→ **TASK OBJECTIVE**
Write out every line exactly, from the first line of the records below through the line that contains "Line((28, 10.5), (28, -10.5))".

→ **GIVEN INFORMATION**
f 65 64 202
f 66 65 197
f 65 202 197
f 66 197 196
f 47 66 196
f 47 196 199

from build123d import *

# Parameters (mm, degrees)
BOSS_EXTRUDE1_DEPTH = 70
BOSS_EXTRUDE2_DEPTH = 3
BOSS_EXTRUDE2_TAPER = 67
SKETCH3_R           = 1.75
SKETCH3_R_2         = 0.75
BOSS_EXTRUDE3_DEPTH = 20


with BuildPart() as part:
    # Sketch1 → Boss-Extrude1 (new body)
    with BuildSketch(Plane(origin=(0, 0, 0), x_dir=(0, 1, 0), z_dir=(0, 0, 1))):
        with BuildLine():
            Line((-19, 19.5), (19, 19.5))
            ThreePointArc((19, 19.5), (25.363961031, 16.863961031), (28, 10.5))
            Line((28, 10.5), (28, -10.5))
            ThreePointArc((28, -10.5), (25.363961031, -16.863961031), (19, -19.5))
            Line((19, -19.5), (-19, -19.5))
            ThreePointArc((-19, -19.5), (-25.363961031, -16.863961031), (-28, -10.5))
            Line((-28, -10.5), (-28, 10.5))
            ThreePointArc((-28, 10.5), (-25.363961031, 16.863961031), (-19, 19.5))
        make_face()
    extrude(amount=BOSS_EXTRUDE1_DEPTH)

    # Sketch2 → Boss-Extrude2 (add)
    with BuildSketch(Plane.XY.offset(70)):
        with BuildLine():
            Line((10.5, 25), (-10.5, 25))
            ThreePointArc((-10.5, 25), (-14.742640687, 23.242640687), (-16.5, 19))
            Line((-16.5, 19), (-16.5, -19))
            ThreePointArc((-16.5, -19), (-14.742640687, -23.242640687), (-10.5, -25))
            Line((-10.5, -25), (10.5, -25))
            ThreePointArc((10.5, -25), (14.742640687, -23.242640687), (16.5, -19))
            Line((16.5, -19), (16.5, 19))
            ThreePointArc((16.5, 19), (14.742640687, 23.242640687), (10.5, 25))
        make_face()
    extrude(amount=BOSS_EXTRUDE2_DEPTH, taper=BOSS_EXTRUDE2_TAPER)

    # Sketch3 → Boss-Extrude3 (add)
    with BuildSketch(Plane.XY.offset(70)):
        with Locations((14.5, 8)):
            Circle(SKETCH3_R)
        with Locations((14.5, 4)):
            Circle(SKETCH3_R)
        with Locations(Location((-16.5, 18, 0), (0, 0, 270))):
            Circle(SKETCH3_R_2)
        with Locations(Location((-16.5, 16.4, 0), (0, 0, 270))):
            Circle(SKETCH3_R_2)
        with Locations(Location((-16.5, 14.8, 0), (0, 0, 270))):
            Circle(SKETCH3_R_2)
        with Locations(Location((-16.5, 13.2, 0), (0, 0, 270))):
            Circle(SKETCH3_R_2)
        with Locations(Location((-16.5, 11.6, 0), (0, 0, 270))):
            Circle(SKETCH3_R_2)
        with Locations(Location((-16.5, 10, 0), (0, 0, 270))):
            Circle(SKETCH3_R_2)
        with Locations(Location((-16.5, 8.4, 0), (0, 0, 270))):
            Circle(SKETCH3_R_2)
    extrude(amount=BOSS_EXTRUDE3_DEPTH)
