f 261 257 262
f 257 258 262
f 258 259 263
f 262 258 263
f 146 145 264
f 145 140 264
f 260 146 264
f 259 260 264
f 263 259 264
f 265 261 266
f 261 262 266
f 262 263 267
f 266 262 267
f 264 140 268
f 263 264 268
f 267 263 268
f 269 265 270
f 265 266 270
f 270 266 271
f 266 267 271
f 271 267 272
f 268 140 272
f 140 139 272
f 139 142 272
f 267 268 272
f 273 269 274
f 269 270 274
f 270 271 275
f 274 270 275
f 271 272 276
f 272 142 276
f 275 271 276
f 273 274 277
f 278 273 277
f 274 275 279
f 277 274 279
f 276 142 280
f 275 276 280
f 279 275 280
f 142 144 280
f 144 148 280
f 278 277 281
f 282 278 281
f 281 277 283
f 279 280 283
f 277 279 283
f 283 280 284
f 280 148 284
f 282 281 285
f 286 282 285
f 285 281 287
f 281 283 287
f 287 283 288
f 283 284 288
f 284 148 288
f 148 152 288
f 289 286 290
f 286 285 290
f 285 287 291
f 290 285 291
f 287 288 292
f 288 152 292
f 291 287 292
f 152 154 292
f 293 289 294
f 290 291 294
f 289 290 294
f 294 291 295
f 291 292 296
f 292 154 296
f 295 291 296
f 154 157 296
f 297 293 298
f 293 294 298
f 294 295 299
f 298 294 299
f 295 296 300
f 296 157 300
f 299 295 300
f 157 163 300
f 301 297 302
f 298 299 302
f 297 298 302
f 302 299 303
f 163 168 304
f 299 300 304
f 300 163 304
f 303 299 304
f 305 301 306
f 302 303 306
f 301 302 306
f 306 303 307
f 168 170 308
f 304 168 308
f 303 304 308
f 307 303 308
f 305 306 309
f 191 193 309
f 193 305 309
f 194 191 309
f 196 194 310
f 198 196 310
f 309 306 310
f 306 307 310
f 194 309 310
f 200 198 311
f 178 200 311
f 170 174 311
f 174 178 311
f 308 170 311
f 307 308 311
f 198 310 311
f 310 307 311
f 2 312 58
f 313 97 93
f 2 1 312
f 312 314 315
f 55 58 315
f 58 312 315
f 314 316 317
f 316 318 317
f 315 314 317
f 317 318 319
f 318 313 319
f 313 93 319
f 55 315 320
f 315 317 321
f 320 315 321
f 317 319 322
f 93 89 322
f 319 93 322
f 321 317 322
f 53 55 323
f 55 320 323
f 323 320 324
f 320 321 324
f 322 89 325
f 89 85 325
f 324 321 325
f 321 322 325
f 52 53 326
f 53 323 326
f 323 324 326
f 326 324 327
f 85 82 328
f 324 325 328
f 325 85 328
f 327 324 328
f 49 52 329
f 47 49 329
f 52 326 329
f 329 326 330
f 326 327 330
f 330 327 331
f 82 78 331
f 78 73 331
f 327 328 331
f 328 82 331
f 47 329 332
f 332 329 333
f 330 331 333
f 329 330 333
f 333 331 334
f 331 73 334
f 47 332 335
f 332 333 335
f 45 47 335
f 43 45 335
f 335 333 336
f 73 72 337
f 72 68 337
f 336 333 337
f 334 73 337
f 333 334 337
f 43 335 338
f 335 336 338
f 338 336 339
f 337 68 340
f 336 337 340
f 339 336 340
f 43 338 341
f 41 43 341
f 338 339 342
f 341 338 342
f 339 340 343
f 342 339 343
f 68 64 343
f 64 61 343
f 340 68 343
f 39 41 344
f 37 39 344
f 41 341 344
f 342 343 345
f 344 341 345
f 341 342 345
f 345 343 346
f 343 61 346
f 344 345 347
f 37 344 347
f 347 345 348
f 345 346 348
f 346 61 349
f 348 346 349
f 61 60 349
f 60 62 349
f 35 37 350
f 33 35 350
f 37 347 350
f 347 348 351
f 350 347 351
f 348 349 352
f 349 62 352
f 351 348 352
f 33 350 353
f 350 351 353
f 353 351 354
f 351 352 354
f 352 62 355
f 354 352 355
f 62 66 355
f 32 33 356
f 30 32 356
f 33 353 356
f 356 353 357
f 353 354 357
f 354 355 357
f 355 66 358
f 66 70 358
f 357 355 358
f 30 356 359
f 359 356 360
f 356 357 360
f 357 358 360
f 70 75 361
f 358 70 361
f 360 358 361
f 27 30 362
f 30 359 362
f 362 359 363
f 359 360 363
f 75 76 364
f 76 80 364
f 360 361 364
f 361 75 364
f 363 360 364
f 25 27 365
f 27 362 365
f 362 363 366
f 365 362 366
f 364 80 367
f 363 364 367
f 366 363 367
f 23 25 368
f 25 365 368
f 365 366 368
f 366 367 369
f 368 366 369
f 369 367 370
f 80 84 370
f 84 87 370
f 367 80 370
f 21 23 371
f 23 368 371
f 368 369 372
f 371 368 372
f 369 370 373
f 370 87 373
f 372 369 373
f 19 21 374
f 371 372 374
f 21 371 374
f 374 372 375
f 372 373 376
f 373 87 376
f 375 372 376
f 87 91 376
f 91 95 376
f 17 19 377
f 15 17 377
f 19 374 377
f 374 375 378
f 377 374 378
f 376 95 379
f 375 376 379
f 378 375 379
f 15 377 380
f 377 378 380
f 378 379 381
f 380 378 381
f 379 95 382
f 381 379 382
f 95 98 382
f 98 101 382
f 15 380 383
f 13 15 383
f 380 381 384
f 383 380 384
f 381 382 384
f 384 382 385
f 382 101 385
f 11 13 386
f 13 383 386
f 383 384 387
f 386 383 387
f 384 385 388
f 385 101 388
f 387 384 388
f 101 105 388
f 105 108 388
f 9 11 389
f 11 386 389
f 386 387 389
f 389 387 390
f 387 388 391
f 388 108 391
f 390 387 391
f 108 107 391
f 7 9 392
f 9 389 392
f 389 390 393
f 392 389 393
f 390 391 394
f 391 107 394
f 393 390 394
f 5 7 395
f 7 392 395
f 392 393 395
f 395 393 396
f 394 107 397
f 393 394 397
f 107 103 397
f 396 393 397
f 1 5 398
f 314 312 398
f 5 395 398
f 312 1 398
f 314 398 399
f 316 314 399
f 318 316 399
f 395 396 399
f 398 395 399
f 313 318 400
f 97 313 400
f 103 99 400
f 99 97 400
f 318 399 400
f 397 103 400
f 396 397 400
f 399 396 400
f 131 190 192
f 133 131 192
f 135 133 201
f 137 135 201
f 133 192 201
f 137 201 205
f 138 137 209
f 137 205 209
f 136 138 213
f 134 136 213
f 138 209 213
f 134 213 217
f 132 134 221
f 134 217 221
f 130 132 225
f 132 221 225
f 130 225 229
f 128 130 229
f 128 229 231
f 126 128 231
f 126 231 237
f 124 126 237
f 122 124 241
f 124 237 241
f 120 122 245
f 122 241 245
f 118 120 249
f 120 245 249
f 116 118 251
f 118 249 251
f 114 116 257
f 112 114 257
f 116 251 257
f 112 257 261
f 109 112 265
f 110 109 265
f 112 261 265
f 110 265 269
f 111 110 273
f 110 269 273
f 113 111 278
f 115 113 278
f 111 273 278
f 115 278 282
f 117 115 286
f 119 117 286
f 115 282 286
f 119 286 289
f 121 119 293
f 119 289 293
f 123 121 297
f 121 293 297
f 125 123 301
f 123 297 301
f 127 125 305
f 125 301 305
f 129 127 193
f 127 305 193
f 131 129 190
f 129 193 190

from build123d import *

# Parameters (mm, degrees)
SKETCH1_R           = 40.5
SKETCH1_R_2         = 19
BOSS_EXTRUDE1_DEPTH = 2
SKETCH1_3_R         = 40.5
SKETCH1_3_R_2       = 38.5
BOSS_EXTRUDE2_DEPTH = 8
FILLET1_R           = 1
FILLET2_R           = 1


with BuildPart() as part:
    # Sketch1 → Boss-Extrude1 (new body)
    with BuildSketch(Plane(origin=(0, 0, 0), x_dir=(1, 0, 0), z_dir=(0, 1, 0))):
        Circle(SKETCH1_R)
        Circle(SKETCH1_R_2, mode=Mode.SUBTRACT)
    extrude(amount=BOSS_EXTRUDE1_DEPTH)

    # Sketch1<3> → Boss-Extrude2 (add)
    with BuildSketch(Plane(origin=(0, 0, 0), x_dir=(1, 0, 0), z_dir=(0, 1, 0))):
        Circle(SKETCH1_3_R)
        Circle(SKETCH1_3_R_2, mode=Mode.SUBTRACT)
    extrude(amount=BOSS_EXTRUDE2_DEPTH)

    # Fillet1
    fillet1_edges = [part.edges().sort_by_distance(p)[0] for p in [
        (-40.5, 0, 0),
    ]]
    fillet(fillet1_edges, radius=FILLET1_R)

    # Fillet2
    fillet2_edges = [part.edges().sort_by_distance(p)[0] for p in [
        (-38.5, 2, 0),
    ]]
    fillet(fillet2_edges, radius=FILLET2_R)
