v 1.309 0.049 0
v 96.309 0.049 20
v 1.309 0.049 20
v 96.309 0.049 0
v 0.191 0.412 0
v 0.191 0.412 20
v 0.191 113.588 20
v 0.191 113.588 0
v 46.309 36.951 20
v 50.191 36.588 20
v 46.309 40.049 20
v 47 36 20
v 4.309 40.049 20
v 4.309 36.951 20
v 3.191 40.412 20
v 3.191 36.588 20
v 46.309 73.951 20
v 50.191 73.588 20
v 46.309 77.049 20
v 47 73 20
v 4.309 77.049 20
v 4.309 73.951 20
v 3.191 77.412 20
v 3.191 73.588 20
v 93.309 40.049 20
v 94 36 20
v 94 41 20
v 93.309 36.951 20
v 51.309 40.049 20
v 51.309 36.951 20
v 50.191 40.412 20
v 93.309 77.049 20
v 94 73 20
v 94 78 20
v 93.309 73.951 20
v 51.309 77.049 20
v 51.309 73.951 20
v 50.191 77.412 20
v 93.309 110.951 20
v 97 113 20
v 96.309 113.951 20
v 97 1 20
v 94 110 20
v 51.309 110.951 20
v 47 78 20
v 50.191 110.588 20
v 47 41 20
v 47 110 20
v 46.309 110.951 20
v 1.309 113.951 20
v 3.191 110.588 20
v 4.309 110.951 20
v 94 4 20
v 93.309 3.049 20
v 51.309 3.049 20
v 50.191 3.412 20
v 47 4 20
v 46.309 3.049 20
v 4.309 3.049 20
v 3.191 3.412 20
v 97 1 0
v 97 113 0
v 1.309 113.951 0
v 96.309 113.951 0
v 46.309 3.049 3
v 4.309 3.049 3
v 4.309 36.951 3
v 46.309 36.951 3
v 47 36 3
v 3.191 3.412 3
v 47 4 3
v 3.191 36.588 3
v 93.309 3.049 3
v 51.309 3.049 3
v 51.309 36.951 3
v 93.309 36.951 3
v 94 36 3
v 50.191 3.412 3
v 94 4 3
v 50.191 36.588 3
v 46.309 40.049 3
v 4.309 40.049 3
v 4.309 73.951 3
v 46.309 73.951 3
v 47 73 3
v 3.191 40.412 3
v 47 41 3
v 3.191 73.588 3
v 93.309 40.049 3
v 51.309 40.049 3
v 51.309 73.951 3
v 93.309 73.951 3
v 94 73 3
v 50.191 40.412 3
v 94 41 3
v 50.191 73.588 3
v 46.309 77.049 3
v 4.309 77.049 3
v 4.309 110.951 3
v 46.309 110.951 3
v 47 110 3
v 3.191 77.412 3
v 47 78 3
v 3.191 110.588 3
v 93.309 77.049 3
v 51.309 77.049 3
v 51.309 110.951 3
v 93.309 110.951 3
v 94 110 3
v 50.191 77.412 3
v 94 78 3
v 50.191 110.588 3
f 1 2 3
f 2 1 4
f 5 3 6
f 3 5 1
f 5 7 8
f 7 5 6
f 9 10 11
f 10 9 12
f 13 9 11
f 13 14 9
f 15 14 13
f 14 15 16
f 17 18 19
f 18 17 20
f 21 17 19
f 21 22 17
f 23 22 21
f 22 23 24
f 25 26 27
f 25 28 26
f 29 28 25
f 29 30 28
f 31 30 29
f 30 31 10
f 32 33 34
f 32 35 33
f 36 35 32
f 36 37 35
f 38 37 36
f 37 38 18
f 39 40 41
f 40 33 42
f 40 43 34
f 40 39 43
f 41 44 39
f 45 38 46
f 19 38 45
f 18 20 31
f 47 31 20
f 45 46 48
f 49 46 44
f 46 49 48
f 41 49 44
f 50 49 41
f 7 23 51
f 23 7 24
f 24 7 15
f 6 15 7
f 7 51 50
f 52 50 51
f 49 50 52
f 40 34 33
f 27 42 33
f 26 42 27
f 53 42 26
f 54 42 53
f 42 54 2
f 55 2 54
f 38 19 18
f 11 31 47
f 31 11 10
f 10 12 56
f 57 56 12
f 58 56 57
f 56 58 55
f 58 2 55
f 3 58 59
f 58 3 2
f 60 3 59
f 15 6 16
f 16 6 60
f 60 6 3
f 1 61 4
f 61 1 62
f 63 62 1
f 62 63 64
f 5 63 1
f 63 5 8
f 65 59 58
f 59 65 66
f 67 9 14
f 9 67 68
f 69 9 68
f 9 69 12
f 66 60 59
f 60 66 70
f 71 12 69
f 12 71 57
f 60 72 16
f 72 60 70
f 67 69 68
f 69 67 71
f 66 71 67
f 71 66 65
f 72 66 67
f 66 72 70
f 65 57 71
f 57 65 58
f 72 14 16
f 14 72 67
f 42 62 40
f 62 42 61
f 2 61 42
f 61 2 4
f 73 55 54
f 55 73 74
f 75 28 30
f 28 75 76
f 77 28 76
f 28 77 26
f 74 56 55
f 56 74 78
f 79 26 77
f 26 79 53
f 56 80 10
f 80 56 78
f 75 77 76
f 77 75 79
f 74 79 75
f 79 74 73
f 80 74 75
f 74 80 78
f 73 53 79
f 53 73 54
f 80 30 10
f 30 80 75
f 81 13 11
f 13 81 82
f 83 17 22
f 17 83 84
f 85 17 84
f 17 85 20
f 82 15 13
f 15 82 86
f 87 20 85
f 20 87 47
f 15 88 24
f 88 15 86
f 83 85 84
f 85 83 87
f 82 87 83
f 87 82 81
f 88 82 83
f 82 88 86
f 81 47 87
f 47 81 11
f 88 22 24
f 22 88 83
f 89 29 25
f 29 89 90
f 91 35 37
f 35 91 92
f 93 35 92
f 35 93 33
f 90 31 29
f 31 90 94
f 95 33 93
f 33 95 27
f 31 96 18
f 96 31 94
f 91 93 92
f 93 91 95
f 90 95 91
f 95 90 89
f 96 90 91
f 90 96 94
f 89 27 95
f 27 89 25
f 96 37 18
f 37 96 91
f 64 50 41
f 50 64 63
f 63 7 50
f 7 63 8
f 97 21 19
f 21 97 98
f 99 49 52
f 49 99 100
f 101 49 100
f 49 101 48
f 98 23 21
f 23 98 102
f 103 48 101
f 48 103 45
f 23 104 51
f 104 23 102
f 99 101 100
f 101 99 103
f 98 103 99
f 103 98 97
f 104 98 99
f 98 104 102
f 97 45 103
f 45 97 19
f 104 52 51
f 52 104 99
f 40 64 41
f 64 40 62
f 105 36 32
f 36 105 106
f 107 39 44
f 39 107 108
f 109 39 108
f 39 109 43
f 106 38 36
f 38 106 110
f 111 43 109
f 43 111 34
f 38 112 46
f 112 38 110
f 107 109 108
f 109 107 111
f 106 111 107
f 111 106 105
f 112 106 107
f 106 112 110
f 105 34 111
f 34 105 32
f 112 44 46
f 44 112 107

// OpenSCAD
//Height of tray along Z axis (all units are in MM)
boxHeight = 20;
//X width of each compartment
boxWidthX = 50;
//Y width of each compartment
boxWidthY = 40;
//Thickness of walls
wallThickness = 3;
//Size of interior/exterior fillets. I recommend you make this less than or equal to 1/2 of wall thickness.
boxFillet = 1;
//How many rows of compartments do you want?
rows = 3;
//How many columns of compartments do you want?
columns = 2;

 
module compartmentExterior () {
    hull() {
        hull() {
            translate([boxWidthX - boxFillet, boxFillet, 0]) cylinder(boxHeight, r = boxFillet);
            translate([boxFillet, boxFillet, 0]) cylinder(boxHeight, r = boxFillet);
        }
        hull() {
            translate([boxWidthX - boxFillet, boxWidthY - boxFillet, 0]) cylinder(boxHeight, r = boxFillet);
            translate([boxFillet, boxWidthY - boxFillet,0]) cylinder(boxHeight, r = boxFillet);
        }
    }
}

module compartmentOpening () {
    hull() {
        hull() {
            translate([boxWidthX - boxFillet - wallThickness, boxFillet + wallThickness, 0 + wallThickness]) cylinder(boxHeight, r = boxFillet);
            translate([boxFillet + wallThickness, boxFillet + wallThickness, wallThickness]) cylinder(boxHeight, r = boxFillet);
        }
        hull() {
            translate([boxWidthX - boxFillet - wallThickness, boxWidthY - boxFillet - wallThickness, wallThickness]) cylinder(boxHeight, r = boxFillet);
            translate([boxFillet + wallThickness, boxWidthY - boxFillet - wallThickness, wallThickness]) cylinder(boxHeight, r = boxFillet);
        }
    }
}

module compartment () {
    difference () {
        compartmentExterior();
        compartmentOpening();
    }
}


union() {
    for (y = [1:rows]) {
        translate([0, (boxWidthY*(y-1))-(wallThickness*(y-1)), 0])
        for (x = [1:columns]) {
            translate([(boxWidthX*(x-1))-(wallThickness*(x-1)), 0, 0]) compartment();
        }
    }
}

→ **ANSWER TO THE EXERCISE**
f 65 64 202
f 66 65 197
f 65 202 197
f 66 197 196
f 47 66 196
f 47 196 199

from build123d import *

# Parameters (mm, degrees)
BOSS_EXTRUDE1_DEPTH = 70
BOSS_EXTRUDE2_DEPTH = 3
BOSS_EXTRUDE2_TAPER = 67
SKETCH3_R           = 1.75
SKETCH3_R_2         = 0.75
BOSS_EXTRUDE3_DEPTH = 20


with BuildPart() as part:
    # Sketch1 → Boss-Extrude1 (new body)
    with BuildSketch(Plane(origin=(0, 0, 0), x_dir=(0, 1, 0), z_dir=(0, 0, 1))):
        with BuildLine():
            Line((-19, 19.5), (19, 19.5))
            ThreePointArc((19, 19.5), (25.363961031, 16.863961031), (28, 10.5))
            Line((28, 10.5), (28, -10.5))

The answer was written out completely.